The Government took a sudden decision to ban the MKSS four days ahead of the gherao, hoping to demoralise them. The ban drew immediate criticism.

Said former chief minister Jagannath Mishra: "It does not seem a well-considered political decision."

Dubey's decision to ban the MKSS and the landlords' armies raised fresh doubts about his grip on the state.

The MKSS, which has been fighting to get rights for the landless promised by the Government in various poverty-alleviation programmes, has long been the target of the police and the senas. After the Arwal massacre the Bihar Government had described the MKSS as "an extremist faction" and attributed nearly 200 murders, a series of dacoities in the south-central region of the state to it and its Lai Sena.

But Dr Vinayan, who launched the MKSS in 1981 with the slogan of jote boye kate dhan, khet ka malik wahi kisan' (the peasant who sows, tills and harvests the land is its real owner), dismissed all the charges as "totally fabricated". "

The MKSS has no squads. It is an open, peaceful organisation creating a sense of self-confidence and awareness among the poor," he asserted.

As its influence spread from Jehanabad to the districts of Gaya, Patna, Rohtas, Beguserai, Palamau and Aurangabad, the landlords responded with a host of senas, the most aggressive being the Lorik Sena, Bramharshi Sena and Bhoomi Sena.

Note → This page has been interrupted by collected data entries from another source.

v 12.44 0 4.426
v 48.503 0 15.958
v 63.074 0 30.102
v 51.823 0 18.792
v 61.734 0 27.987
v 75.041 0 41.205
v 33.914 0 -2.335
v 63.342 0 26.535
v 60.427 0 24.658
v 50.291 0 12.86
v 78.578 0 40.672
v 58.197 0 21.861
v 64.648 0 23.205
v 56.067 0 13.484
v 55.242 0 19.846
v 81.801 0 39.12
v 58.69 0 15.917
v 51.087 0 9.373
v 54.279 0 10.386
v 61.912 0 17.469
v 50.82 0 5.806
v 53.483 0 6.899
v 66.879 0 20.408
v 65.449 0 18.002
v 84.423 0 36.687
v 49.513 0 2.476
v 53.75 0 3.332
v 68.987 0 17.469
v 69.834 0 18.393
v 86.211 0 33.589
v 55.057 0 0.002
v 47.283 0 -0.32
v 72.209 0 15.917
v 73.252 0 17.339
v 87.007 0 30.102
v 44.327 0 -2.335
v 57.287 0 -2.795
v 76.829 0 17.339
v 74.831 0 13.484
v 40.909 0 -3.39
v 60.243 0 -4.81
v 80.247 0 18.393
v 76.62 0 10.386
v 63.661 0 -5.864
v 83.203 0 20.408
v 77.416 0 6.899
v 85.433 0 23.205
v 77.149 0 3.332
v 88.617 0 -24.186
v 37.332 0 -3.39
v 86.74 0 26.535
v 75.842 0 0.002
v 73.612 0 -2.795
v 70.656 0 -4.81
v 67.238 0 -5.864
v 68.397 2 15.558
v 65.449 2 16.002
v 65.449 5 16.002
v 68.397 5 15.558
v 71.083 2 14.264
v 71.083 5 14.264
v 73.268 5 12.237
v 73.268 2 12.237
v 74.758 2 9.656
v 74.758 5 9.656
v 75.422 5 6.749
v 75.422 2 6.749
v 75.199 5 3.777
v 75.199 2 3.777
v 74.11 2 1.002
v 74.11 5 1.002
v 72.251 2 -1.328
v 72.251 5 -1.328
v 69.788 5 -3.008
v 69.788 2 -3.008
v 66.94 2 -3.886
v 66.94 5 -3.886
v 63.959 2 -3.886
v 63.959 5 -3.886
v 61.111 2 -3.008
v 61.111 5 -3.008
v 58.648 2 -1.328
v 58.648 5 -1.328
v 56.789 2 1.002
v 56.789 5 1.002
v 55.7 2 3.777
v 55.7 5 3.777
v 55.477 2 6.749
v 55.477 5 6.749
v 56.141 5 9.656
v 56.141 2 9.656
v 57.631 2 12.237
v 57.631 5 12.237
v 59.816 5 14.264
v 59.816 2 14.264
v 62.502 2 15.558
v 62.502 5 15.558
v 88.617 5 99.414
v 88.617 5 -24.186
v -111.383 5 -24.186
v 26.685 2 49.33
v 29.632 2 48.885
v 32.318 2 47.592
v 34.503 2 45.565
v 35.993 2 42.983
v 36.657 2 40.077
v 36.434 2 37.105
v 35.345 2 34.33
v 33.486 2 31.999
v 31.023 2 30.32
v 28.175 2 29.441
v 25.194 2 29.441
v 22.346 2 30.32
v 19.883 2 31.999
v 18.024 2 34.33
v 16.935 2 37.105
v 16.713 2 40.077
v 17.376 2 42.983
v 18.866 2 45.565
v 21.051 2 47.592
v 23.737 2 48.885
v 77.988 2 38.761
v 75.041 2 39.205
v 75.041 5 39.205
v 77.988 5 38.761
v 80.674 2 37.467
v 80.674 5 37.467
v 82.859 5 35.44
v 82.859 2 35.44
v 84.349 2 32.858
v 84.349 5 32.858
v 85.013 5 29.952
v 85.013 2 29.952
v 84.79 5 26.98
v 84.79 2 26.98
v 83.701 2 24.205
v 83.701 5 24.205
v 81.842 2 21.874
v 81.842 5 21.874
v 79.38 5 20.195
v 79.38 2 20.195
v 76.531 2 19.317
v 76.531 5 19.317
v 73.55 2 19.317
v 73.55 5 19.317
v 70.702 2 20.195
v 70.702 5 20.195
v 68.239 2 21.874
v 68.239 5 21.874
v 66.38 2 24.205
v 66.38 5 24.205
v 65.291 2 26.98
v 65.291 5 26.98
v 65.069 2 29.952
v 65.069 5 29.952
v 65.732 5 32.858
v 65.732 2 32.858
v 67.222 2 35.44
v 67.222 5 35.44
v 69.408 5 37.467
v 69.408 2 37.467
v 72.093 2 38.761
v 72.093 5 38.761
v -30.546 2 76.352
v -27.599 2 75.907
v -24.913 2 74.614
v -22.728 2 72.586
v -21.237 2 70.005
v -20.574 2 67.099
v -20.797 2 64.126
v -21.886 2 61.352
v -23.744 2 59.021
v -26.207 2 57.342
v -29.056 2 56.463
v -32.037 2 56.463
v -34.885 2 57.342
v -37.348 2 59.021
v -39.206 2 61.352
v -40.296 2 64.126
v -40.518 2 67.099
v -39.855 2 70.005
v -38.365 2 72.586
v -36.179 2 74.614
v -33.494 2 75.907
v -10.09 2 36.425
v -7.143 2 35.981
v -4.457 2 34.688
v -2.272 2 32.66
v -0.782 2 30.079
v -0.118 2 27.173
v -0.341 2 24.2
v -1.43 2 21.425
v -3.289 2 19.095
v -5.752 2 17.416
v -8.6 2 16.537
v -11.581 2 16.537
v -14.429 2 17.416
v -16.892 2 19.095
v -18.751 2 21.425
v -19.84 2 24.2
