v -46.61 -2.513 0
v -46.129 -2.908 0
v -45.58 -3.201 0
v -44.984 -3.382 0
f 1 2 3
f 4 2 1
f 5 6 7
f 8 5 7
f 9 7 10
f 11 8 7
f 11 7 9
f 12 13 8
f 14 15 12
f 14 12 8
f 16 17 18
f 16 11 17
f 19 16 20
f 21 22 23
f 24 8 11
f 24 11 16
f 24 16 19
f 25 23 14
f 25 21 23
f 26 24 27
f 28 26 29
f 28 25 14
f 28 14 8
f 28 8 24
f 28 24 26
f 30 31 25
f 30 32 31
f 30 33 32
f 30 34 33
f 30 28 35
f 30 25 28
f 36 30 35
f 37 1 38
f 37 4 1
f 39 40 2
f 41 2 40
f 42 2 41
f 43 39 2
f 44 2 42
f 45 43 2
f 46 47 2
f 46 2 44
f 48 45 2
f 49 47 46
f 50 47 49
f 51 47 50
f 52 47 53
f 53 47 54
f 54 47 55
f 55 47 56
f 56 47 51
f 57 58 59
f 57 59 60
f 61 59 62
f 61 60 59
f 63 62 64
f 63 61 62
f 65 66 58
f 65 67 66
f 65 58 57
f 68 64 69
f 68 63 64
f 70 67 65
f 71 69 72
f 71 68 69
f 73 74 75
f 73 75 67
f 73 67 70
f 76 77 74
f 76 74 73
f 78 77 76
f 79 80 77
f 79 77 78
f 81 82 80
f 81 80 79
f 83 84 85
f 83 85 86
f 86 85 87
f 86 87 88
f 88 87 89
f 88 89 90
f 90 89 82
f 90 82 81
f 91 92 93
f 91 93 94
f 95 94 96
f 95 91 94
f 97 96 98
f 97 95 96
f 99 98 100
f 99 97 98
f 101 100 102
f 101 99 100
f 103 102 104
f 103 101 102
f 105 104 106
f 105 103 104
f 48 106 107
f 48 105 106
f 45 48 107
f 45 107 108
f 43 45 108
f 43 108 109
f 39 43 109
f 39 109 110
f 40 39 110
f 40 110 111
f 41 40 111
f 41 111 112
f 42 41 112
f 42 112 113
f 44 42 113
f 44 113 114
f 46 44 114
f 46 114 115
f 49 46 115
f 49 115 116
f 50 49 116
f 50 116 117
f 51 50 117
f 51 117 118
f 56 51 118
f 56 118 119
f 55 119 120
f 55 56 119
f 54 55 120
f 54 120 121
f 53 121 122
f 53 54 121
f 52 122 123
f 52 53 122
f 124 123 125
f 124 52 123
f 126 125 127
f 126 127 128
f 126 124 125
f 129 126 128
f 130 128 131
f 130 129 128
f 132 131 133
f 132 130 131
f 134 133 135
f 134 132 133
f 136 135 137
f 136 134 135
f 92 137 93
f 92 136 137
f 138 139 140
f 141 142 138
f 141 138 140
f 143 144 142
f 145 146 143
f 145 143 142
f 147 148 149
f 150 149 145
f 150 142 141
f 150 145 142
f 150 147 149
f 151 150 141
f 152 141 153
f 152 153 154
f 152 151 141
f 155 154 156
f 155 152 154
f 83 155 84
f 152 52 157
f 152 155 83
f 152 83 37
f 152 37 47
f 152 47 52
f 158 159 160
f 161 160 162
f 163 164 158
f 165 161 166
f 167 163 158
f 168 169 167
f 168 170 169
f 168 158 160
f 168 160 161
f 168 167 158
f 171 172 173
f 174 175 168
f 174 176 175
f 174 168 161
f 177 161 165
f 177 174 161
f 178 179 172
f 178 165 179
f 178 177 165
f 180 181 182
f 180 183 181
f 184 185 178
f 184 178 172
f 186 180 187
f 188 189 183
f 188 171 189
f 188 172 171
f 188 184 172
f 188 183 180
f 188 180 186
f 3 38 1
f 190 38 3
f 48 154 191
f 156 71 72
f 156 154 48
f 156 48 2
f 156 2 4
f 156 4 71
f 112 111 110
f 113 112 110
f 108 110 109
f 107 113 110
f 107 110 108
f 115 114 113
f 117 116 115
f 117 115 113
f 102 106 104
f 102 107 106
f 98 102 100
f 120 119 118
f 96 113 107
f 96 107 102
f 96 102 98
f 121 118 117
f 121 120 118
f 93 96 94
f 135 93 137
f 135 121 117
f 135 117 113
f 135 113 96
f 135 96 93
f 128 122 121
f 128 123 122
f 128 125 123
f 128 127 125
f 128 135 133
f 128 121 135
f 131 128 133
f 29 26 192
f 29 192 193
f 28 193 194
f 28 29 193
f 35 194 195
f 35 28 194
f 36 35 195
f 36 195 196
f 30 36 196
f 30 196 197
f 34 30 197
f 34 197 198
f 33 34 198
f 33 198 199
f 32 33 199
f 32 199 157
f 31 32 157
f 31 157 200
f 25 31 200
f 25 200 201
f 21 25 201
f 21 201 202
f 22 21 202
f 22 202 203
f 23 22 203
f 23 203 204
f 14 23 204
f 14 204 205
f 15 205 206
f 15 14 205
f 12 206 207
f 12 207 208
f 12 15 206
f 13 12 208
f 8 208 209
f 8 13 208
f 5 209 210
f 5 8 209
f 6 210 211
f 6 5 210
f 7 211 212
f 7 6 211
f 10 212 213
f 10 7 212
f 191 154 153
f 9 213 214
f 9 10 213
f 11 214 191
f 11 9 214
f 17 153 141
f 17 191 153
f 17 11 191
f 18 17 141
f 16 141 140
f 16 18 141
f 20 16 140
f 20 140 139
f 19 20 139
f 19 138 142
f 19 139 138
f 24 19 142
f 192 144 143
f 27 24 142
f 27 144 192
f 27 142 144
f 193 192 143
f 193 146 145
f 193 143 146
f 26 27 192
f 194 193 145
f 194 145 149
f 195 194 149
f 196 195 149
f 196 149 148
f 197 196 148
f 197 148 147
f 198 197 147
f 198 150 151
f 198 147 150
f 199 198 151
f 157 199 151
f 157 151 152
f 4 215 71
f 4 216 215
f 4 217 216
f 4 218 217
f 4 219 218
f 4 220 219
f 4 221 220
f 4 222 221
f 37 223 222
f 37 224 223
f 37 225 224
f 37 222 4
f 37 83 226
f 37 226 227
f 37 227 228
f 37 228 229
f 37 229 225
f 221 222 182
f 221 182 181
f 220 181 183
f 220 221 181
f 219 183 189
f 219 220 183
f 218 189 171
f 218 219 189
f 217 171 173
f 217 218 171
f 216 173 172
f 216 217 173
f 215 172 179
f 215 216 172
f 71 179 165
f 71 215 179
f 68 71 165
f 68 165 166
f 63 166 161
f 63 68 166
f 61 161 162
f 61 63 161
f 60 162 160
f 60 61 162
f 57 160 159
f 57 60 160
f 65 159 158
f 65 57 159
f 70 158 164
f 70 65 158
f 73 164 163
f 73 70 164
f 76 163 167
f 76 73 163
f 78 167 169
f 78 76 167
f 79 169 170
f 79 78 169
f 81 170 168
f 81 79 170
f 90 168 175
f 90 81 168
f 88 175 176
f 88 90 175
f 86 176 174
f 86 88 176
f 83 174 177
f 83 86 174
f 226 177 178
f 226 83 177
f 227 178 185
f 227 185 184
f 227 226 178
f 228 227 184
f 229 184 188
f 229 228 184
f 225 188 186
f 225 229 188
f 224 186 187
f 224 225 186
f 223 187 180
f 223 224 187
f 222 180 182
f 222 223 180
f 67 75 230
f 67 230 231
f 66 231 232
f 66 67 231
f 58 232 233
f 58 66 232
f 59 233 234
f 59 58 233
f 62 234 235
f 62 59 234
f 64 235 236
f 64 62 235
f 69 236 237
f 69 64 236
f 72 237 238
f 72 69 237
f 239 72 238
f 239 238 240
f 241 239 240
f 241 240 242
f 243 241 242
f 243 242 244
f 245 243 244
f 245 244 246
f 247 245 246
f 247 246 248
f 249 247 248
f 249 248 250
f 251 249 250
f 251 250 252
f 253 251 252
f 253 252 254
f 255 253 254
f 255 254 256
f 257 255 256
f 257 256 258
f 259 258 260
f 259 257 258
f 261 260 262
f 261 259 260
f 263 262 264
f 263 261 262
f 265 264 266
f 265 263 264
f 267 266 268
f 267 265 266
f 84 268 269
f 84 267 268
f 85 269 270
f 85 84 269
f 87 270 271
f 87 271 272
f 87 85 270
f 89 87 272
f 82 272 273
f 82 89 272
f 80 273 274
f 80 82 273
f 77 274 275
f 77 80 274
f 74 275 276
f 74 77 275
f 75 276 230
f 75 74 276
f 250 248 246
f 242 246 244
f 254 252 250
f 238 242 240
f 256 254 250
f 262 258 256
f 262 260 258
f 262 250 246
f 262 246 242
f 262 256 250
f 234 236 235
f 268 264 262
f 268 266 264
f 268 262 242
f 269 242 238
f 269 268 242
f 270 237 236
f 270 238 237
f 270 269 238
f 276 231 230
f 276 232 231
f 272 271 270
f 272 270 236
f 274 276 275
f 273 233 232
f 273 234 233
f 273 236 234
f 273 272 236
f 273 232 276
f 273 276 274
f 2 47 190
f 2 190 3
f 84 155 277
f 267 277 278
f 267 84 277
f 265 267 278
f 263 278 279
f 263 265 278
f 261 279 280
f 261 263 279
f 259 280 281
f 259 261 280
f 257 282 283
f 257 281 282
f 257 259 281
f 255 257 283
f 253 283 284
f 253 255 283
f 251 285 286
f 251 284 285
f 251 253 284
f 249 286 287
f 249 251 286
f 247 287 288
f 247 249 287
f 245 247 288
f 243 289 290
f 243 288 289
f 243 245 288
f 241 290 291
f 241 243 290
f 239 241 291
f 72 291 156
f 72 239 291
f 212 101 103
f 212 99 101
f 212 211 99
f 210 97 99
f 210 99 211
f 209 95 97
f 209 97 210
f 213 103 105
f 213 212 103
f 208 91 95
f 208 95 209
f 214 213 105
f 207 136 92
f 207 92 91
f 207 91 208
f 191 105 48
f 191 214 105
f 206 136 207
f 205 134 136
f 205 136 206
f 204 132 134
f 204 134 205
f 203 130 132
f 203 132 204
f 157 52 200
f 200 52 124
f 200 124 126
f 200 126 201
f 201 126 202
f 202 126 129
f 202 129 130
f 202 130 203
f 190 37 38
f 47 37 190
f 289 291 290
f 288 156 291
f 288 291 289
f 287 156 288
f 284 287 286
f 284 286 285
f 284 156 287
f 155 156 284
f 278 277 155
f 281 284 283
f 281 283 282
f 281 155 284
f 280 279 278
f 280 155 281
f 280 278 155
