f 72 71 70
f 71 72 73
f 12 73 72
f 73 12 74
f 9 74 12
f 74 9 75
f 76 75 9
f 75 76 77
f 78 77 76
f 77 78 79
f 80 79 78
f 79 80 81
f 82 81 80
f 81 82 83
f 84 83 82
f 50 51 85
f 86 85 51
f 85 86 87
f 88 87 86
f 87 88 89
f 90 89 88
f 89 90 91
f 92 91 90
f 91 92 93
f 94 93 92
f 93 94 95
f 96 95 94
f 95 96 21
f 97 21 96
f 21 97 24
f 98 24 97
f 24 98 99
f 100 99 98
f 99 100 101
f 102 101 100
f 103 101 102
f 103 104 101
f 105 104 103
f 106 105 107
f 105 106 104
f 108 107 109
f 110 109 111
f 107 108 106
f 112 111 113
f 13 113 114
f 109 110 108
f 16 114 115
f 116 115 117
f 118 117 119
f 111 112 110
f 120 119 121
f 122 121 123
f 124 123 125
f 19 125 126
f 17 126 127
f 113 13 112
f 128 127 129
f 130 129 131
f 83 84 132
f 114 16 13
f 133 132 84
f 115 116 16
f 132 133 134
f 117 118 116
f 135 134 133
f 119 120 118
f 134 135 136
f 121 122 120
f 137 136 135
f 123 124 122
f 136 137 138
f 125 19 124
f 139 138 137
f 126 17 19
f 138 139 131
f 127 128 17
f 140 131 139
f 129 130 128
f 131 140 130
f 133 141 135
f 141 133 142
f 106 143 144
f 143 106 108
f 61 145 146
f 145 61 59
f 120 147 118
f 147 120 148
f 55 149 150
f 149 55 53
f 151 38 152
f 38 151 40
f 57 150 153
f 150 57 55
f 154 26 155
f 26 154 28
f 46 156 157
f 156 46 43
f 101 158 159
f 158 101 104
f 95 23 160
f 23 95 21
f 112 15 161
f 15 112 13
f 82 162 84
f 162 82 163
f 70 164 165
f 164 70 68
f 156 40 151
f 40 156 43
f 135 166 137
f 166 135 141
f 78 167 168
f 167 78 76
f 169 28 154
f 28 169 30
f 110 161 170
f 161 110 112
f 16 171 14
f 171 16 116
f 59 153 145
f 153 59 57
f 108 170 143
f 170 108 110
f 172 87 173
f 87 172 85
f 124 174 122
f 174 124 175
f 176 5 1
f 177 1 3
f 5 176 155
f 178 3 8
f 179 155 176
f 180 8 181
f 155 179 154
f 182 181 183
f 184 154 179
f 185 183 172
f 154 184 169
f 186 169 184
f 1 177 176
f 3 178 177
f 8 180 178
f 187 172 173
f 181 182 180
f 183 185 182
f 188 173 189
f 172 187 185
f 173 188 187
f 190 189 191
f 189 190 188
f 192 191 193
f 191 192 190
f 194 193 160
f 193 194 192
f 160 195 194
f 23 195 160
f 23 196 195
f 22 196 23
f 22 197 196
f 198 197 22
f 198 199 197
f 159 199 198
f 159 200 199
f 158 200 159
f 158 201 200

At least one sena had the support of a powerful minister in Dubey's cabinet, as a CID report stated and Dubey later confirmed to the Centre. The area has since become a veritable battle ground.

With both sides to blame, Dubey was pressurised to ban the senas as well. Initially he disagreed, claiming that the senas were not organised associations, but fearing trouble in the legislature, he finally Ordered the ban on four - the Bhoomi Sena, Lorik Sena, Bramharshi Sena and Hari Sena, and Lal Sena of the Naxalites.

But it was soon clear that Dubey's action had pleased nobody. Opposition leaders, Congress(I) dissidents and Dr Vinayan agreed that the ban order on the landlords' senas was an eyewash. Said the CPI(ML) MLA Umadhar Singh: "Had the Government been sincere and honest it would have immediately arrested the known leaders of these senas.''

The move also upset the 'Jehanabad lobby' of nine MLA'S who have supported Dubey in the CLP(I) because he has been soft on the senas.

Nor has the ban broken the spirit of the MKSS, which intends to challenge the ban in court. Says Vinayan: "The whole purpose of the Government move is to force us to go underground but we are not prepared to oblige the Government.''

With the Opposition and mass organisations regrouping against the Dubey Government, public sentiment ranged against him and party dissidents pressing for a change in leadership, Dubey's position was more precarious than at any time in his 17-month-long stewardship of the state.